Relapse after the first treatment reaches complete response (CR).

Induction chemotherapy with IA regimen (nordaunorubicin + cytarabine) was initiated, and the patient developed grade IV myelosuppression during induction therapy, NEUT#0.05×109/L, HGB 54g/L, PLT 7×109/L, pulmonary infection, cardiac insufficiency, treated with meropenem, tigecycline, and voriconazole, improved, and considered adjusting the chemotherapy regimen.
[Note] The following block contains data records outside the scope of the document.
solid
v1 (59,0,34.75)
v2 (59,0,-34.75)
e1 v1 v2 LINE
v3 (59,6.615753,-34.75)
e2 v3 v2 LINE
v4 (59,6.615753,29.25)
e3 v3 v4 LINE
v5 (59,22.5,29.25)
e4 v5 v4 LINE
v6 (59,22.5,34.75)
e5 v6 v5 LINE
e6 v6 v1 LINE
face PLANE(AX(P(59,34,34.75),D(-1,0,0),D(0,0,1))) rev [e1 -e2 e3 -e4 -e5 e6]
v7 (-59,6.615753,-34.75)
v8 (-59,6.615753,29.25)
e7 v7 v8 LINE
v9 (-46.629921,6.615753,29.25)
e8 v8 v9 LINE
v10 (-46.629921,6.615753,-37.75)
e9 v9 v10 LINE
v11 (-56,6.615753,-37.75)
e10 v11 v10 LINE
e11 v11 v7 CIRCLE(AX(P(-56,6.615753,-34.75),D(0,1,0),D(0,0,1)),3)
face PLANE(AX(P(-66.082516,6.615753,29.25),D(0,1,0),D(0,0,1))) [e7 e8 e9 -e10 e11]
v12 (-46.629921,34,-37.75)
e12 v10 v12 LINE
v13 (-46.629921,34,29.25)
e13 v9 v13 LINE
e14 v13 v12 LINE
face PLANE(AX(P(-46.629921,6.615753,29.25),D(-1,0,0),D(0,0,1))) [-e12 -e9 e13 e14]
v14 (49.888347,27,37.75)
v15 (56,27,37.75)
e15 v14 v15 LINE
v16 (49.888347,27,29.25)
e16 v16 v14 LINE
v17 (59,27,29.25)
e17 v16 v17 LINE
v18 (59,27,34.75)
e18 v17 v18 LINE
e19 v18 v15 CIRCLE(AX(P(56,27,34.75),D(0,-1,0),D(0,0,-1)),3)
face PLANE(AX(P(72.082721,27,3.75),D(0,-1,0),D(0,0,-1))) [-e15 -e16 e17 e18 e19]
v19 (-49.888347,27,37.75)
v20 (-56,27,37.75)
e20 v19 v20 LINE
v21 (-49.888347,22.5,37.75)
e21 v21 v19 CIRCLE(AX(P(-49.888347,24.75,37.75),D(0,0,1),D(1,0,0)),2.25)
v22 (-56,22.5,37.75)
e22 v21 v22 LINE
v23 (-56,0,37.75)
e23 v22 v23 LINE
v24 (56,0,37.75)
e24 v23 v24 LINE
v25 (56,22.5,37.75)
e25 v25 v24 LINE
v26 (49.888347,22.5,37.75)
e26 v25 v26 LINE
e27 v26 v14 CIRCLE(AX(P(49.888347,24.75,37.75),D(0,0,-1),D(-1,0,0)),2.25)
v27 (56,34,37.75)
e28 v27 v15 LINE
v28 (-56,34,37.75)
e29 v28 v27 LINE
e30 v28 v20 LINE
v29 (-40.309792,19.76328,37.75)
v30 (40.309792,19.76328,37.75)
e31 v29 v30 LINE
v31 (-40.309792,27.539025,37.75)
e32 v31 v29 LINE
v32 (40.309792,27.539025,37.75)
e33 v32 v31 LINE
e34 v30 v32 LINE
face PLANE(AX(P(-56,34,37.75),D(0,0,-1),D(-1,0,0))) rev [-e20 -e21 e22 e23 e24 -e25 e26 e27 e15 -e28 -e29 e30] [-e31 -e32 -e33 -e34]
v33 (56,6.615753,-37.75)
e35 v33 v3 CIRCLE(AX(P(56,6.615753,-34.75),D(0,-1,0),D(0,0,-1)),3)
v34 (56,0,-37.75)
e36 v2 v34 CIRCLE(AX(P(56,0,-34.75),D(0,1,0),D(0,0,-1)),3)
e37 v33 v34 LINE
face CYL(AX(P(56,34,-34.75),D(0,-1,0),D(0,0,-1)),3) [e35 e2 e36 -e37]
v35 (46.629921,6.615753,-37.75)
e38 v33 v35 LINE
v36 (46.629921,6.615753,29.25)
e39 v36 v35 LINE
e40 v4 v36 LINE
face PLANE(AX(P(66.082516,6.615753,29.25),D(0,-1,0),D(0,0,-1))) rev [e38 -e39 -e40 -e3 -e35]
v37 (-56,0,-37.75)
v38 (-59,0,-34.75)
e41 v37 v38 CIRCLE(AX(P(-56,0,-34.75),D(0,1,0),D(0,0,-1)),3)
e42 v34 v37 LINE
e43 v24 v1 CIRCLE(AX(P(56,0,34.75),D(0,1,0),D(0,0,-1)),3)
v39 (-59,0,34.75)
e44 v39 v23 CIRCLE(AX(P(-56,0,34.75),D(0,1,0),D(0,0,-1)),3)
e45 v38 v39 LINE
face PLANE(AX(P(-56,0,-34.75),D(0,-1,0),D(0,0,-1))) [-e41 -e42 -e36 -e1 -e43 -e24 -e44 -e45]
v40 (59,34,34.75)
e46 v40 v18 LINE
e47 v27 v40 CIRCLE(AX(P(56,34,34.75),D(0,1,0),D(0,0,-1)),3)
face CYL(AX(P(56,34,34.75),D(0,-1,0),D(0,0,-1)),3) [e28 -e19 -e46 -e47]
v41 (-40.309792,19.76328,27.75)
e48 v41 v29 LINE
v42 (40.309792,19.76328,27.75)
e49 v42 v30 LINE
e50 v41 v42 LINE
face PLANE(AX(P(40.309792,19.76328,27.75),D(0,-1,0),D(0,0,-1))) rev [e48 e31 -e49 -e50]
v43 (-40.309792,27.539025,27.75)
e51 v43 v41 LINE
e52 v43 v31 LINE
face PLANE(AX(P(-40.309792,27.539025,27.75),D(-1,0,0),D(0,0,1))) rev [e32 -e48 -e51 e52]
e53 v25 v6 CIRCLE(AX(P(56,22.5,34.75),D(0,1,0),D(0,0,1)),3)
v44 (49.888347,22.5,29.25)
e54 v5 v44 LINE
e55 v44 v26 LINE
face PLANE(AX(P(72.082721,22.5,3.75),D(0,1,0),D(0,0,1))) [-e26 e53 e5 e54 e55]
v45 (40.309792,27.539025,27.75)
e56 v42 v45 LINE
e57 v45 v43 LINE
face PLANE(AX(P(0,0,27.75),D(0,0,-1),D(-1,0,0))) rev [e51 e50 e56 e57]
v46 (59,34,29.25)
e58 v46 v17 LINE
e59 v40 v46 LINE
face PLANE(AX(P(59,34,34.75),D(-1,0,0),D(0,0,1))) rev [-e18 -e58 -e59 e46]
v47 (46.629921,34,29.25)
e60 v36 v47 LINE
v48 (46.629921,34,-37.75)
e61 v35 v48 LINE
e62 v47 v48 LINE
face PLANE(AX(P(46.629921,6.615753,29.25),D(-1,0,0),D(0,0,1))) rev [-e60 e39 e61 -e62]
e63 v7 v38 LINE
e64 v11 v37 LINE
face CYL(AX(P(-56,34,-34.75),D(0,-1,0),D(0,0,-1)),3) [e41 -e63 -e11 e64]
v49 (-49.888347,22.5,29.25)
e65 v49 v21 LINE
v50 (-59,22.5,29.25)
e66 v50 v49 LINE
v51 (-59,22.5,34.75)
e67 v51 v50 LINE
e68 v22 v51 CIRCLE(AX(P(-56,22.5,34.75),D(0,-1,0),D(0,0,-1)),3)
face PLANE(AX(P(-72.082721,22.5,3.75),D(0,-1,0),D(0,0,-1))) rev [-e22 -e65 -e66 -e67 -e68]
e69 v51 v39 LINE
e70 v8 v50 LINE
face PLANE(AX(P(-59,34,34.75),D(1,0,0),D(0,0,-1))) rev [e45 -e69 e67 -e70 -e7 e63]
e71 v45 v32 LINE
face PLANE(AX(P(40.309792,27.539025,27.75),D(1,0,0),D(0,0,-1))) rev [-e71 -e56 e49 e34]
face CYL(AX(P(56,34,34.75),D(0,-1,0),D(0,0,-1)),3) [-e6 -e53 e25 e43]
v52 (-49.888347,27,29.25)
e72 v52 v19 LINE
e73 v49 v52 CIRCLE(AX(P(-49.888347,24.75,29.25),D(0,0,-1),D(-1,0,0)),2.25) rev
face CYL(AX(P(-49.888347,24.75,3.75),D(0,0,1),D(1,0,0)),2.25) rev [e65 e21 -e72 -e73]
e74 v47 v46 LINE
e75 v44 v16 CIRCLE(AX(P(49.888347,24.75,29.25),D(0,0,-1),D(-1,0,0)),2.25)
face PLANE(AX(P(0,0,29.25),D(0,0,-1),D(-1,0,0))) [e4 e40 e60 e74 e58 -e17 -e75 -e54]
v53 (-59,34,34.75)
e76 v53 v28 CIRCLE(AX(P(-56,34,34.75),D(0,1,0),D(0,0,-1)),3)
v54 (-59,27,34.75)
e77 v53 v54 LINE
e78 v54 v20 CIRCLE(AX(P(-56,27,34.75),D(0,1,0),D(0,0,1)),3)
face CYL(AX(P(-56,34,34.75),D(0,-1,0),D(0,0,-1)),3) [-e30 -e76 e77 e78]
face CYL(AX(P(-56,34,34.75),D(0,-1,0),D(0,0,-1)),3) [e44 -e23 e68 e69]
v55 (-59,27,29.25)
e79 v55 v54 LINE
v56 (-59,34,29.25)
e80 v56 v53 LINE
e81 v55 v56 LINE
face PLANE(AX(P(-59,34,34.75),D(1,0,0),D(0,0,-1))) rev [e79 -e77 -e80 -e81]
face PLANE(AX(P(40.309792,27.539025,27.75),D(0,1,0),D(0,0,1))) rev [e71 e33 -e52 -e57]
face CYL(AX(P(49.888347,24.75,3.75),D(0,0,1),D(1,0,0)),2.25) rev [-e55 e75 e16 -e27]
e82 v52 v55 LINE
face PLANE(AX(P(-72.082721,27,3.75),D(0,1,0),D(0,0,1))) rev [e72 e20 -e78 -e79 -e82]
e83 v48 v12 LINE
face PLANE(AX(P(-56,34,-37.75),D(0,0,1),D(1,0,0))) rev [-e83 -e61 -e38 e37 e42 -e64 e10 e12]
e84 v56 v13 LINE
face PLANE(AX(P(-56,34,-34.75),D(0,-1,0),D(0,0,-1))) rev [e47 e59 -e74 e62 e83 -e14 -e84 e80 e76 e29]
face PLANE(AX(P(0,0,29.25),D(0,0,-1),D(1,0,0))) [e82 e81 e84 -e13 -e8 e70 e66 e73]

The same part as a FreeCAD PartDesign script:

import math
import FreeCAD as App
import Part
import Sketcher
from FreeCAD import Vector


def add_polygon(sketch, points):
    """Adds a closed chain of lines whose ends are joined by coincident constraints."""
    first, n = sketch.GeometryCount, len(points)
    for a, b in zip(points, points[1:] + points[:1]):
        sketch.addGeometry(Part.LineSegment(App.Vector(*a, 0), App.Vector(*b, 0)), False)
    for i in range(n):
        sketch.addConstraint(Sketcher.Constraint("Coincident", first + i, 2, first + (i + 1) % n, 1))

doc = App.newDocument("Part")
body = doc.addObject("PartDesign::Body", "Body")

# Sketch on XZ plane
sketch1 = doc.addObject("Sketcher::SketchObject", "Sketch")
body.addObject(sketch1)
sketch1.AttachmentSupport = (doc.XZ_Plane, [""])
sketch1.MapMode = "FlatFace"
sketch1.addGeometry(Part.LineSegment(Vector(-56, 37.8, 0), Vector(56, 37.8, 0)), False)
sketch1.addGeometry(Part.ArcOfCircle(Part.Circle(Vector(56, 34.8, 0), Vector(0, 0, 1), 3), math.radians(0), math.radians(90)), False)
sketch1.addGeometry(Part.LineSegment(Vector(59, 34.8, 0), Vector(59, -34.8, 0)), False)
sketch1.addGeometry(Part.ArcOfCircle(Part.Circle(Vector(56, -34.8, 0), Vector(0, 0, 1), 3), math.radians(-90), math.radians(0)), False)
sketch1.addGeometry(Part.LineSegment(Vector(56, -37.8, 0), Vector(-56, -37.8, 0)), False)
sketch1.addGeometry(Part.ArcOfCircle(Part.Circle(Vector(-56, -34.8, 0), Vector(0, 0, 1), 3), math.radians(180), math.radians(270)), False)
sketch1.addGeometry(Part.LineSegment(Vector(-59, -34.8, 0), Vector(-59, 34.8, 0)), False)
sketch1.addGeometry(Part.ArcOfCircle(Part.Circle(Vector(-56, 34.8, 0), Vector(0, 0, 1), 3), math.radians(90), math.radians(180)), False)
sketch1.addConstraint(Sketcher.Constraint("Tangent", 0, 2, 1, 2))
sketch1.addConstraint(Sketcher.Constraint("Tangent", 1, 1, 2, 1))
sketch1.addConstraint(Sketcher.Constraint("Tangent", 2, 2, 3, 2))
sketch1.addConstraint(Sketcher.Constraint("Tangent", 3, 1, 4, 1))
sketch1.addConstraint(Sketcher.Constraint("Tangent", 4, 2, 5, 2))
sketch1.addConstraint(Sketcher.Constraint("Tangent", 5, 1, 6, 1))
sketch1.addConstraint(Sketcher.Constraint("Tangent", 6, 2, 7, 2))
sketch1.addConstraint(Sketcher.Constraint("Tangent", 7, 1, 0, 1))
sketch1.addConstraint(Sketcher.Constraint("Horizontal", 0))
sketch1.addConstraint(Sketcher.Constraint("Vertical", 2))
sketch1.addConstraint(Sketcher.Constraint("Horizontal", 4))
sketch1.addConstraint(Sketcher.Constraint("Vertical", 6))
sketch1.addConstraint(Sketcher.Constraint("Equal", 1, 3))
sketch1.addConstraint(Sketcher.Constraint("Equal", 3, 5))
sketch1.addConstraint(Sketcher.Constraint("Equal", 5, 7))
sketch1.addConstraint(Sketcher.Constraint("Symmetric", 1, 3, 5, 3, -1, 1))
sketch1.addConstraint(Sketcher.Constraint("Radius", 1, 3.0))
sketch1.addConstraint(Sketcher.Constraint("DistanceX", 0, 1, 0, 2, 112.0))
sketch1.addConstraint(Sketcher.Constraint("DistanceY", 2, 2, 2, 1, 69.5))
pad1 = doc.addObject("PartDesign::Pad", "Pad")
body.addObject(pad1)
pad1.Profile = sketch1
pad1.Length = 34
pad1.Reversed = True

# Sketch on XY plane
sketch2 = doc.addObject("Sketcher::SketchObject", "Sketch001")
body.addObject(sketch2)
sketch2.AttachmentSupport = (doc.XY_Plane, [""])
sketch2.MapMode = "FlatFace"
sketch2.AttachmentOffset = App.Placement(Vector(0, 0, 37.75), App.Rotation())
sketch2.addGeometry(Part.LineSegment(Vector(-49.9, 27, 0), Vector(-72.1, 27, 0)), False)
sketch2.addGeometry(Part.ArcOfCircle(Part.Circle(Vector(-72.1, 24.8, 0), Vector(0, 0, 1), 2.2), math.radians(90), math.radians(270)), False)
sketch2.addGeometry(Part.LineSegment(Vector(-72.1, 22.5, 0), Vector(-49.9, 22.5, 0)), False)
sketch2.addGeometry(Part.ArcOfCircle(Part.Circle(Vector(-49.9, 24.8, 0), Vector(0, 0, 1), 2.2), math.radians(-90), math.radians(90)), False)
sketch2.addConstraint(Sketcher.Constraint("Tangent", 0, 2, 1, 1))
sketch2.addConstraint(Sketcher.Constraint("Tangent", 1, 2, 2, 1))
sketch2.addConstraint(Sketcher.Constraint("Tangent", 2, 2, 3, 1))
sketch2.addConstraint(Sketcher.Constraint("Tangent", 3, 2, 0, 1))
sketch2.addConstraint(Sketcher.Constraint("Horizontal", 0))
sketch2.addConstraint(Sketcher.Constraint("Horizontal", 2))
sketch2.addConstraint(Sketcher.Constraint("Radius", 1, 2.25))
sketch2.addConstraint(Sketcher.Constraint("DistanceY", -1, 1, 0, 2, 27.0))
sketch2.addConstraint(Sketcher.Constraint("DistanceX", 0, 2, 0, 1, 22.194374))
sketch2.addConstraint(Sketcher.Constraint("DistanceX", 1, 3, -1, 1, 72.082721))
pocket1 = doc.addObject("PartDesign::Pocket", "Pocket")
body.addObject(pocket1)
pocket1.Profile = sketch2
pocket1.Length = 34
doc.recompute()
  • Bone marrow cytology: CR
  • Flow cytometry: abnormal myeloid cell < 0.01%
  • Genetic testing: FLT3-ITD(-)
  • Karyotype: 46,XX[12]

After 3 cycles of azacitidine + Midostaurin* + venetoclax treatment, the efficacy was evaluated as CR, and the reexamination at cycle 5 suggested recurrence.

  • Bone marrow cytology: blasts account for 13%
  • Flow cytometry: abnormal myeloid cells 13%
  • Genetic testing: FLT3-ITD(+)

CR after treatment with a combination regimen of giretinib

FLT3-ITD(+) at relapse, treated with geratinib + decitabine, and repeated after 2 cycles:

  • Bone marrow cytology: blasts account for 7%
  • Flow cytometry: abnormal myeloid cells 10%

Adjusted to jiretinib + venetoclax regimen treatment, the efficacy was assessed as CR, no fever or serious infection due to leukopenia, and well tolerated.
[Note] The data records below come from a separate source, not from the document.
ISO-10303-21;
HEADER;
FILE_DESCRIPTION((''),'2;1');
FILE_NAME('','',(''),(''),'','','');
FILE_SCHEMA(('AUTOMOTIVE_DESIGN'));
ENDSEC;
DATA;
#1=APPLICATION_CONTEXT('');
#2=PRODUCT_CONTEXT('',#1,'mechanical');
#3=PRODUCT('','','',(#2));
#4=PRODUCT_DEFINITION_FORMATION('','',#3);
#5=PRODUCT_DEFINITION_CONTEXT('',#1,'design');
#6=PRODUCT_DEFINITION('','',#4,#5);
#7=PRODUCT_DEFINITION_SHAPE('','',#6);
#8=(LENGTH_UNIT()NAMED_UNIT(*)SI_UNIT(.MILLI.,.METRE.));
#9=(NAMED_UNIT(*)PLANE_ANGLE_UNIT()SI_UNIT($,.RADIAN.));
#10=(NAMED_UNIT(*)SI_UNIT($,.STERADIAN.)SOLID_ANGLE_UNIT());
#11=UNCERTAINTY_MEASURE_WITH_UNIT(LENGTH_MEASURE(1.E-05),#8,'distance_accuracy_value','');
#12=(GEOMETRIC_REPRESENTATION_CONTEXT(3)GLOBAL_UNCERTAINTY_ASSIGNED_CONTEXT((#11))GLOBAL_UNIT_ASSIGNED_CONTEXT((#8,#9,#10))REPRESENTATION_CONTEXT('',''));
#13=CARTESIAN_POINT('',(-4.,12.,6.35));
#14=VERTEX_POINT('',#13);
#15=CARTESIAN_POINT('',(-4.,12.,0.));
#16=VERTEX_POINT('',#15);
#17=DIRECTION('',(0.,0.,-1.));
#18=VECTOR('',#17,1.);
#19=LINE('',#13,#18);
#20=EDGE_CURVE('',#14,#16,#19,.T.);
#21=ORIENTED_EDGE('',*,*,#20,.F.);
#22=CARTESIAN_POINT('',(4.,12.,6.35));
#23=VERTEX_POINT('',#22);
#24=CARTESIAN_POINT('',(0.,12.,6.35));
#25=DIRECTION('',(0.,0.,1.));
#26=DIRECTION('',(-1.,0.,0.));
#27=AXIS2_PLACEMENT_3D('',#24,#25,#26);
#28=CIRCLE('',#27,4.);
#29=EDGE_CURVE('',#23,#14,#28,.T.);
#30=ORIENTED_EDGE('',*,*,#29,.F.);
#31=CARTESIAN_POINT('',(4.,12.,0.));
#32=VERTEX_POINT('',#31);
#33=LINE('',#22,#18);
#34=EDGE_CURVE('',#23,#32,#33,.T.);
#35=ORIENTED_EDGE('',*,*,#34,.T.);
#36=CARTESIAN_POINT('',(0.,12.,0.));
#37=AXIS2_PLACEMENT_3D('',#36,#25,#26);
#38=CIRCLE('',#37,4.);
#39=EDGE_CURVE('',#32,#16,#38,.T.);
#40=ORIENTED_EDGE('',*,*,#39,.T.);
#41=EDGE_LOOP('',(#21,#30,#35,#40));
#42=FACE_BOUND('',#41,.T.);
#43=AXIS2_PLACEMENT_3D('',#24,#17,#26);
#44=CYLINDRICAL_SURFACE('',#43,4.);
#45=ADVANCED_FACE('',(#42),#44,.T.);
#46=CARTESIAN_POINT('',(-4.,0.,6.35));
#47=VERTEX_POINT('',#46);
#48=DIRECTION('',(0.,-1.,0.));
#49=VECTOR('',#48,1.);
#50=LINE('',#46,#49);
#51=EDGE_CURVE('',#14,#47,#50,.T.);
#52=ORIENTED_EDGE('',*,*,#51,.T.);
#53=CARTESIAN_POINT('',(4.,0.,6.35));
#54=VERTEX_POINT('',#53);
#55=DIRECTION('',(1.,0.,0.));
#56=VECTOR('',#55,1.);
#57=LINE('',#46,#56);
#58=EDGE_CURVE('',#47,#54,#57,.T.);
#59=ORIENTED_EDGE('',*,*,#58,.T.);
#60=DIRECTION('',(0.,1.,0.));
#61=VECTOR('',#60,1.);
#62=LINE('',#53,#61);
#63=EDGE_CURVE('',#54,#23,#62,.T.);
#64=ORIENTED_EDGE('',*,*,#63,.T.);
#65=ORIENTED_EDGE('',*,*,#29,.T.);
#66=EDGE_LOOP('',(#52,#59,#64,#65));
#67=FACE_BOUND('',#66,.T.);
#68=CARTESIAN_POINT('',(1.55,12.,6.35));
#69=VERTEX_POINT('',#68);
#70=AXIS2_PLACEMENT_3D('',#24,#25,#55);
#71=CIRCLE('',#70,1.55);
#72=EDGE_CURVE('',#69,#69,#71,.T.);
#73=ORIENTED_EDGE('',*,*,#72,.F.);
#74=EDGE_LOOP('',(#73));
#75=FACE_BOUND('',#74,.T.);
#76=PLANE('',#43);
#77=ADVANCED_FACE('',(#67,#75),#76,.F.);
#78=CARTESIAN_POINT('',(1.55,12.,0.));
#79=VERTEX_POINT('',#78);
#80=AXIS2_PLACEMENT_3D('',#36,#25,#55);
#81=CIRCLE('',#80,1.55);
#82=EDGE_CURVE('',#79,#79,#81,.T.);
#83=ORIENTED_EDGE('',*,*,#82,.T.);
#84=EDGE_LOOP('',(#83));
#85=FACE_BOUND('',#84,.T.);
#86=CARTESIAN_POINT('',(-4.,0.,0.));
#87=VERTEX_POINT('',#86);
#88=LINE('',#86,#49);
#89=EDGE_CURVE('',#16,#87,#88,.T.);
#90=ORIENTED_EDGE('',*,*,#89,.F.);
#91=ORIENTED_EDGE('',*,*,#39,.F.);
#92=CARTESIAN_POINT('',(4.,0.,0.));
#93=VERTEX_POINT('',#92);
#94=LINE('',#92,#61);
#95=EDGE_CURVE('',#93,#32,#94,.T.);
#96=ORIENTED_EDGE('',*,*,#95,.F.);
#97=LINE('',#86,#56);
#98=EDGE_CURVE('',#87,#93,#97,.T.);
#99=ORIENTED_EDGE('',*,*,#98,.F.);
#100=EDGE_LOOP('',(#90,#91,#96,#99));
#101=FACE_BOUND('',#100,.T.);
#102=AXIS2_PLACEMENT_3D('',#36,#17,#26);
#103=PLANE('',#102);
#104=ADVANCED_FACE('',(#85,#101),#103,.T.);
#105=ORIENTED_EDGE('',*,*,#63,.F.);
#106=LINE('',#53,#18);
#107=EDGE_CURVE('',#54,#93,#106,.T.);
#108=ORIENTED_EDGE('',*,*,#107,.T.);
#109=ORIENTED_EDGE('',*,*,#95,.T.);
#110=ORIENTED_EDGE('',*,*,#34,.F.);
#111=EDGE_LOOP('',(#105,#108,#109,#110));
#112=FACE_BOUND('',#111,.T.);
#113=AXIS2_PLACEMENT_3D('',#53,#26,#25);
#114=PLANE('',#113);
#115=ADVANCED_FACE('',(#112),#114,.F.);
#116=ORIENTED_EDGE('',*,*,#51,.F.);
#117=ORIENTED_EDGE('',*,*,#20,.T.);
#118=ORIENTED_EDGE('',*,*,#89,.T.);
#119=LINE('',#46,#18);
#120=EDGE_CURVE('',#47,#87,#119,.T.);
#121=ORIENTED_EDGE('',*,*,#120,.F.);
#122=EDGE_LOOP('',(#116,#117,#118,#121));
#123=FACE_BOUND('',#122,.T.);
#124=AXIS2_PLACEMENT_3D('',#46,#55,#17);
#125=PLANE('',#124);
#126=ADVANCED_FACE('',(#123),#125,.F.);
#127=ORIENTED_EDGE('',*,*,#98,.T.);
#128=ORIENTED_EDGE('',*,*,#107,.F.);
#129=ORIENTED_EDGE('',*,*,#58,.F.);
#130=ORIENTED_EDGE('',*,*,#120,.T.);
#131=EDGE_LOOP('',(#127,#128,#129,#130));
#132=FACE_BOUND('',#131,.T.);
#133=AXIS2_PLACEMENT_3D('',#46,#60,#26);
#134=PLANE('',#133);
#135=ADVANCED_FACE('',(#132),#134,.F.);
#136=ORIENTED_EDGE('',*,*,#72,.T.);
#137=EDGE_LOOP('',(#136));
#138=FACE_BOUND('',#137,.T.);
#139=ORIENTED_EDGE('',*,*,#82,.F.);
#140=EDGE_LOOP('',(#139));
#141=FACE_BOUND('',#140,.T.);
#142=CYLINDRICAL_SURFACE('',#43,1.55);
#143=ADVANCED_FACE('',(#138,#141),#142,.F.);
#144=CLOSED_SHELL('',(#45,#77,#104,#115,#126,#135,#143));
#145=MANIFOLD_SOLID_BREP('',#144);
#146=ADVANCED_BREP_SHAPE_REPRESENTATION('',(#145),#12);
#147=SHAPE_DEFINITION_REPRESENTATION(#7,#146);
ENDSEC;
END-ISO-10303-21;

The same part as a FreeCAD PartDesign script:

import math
import FreeCAD as App
import Part
import Sketcher
from FreeCAD import Vector

doc = App.newDocument("Part")
body = doc.addObject("PartDesign::Body", "Body")

sketch1 = body.newObject("Sketcher::SketchObject", "Sketch")
sketch1.AttachmentSupport = (doc.getObject("XY_Plane"), [""])
sketch1.MapMode = "FlatFace"
sketch1.addGeometry(Part.LineSegment(Vector(-4, 0, 0), Vector(4, 0, 0)), False)
sketch1.addGeometry(Part.LineSegment(Vector(4, 0, 0), Vector(4, 12, 0)), False)
sketch1.addGeometry(Part.ArcOfCircle(Part.Circle(Vector(0, 12, 0), Vector(0, 0, 1), 4), math.radians(0), math.radians(180)), False)
sketch1.addGeometry(Part.LineSegment(Vector(-4, 12, 0), Vector(-4, 0, 0)), False)
sketch1.addGeometry(Part.Circle(Vector(0, 12, 0), Vector(0, 0, 1), 1.6), False)
sketch1.addConstraint(Sketcher.Constraint("Coincident", 0, 2, 1, 1))
sketch1.addConstraint(Sketcher.Constraint("Tangent", 1, 2, 2, 1))
sketch1.addConstraint(Sketcher.Constraint("Tangent", 2, 2, 3, 1))
sketch1.addConstraint(Sketcher.Constraint("Coincident", 3, 2, 0, 1))
sketch1.addConstraint(Sketcher.Constraint("Horizontal", 0))
sketch1.addConstraint(Sketcher.Constraint("Vertical", 1))
sketch1.addConstraint(Sketcher.Constraint("Vertical", 3))
sketch1.addConstraint(Sketcher.Constraint("Coincident", 4, 3, 2, 3))
sketch1.addConstraint(Sketcher.Constraint("Symmetric", 0, 2, 3, 2, -1, 1))
sketch1.addConstraint(Sketcher.Constraint("Radius", 2, 4.0))
sketch1.addConstraint(Sketcher.Constraint("Diameter", 4, 3.1))
sketch1.addConstraint(Sketcher.Constraint("DistanceY", 1, 1, 1, 2, 12.0))
pad1 = body.newObject("PartDesign::Pad", "Pad")
pad1.Profile = sketch1
pad1.Length = 6.35

doc.recompute()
  • Bone marrow cytology: CR
  • Flow cytometry: abnormal myeloid naïve cells 2.49%
  • Genetic testing: FLT3-ITD(-)

Prof. Xiaolin Zhang

  • Department of Hematology, Qilu Hospital, Shandong University
  • Associate Chief Physician, Doctor of Medicine
  • Postdoctoral fellow at the University of California, San Diego
  • Member of the Experimental Hematology Professional Committee of the Chinese Society of Pathophysiology
  • Member of Leukemia Professional Committee of China Medical Education Association
  • Member of the Standing Committee of Hematology Special Committee of Shandong Geriatrics Association
  • Member and secretary of the Myelodysplastic Syndrome Group of Hematology and Oncology Branch of Shandong Anti-Cancer Association

Case reviews

AML is a disease that is more common in the elderly, and its incidence increases with age, and the adverse genetic mutations increase proportionally, resulting in a worse prognosis4. Currently, AML is still treated with standard chemotherapy regimens, with a 5-year survival rate of 35-35% for patients under 60 years of age and only 10-15% for patients over 60 years of age5. Despite improvements in chemotherapy in recent years, most patients with AML experience relapse/refractory treatment after achieving CR, and the prognosis for patients with relapsed/refractory (R/R) AML is extremely poor6. FLT3 mutations are one of the most common genetic mutations in AML patients, and FLT3-ITD mutations are associated with higher recurrence rates and lower survival rates in patients with R/R AML7. Previous effective treatment options for older patients are very limited, particularly in older patients with FLT3 mutations and prior use of FLT3 TKIs.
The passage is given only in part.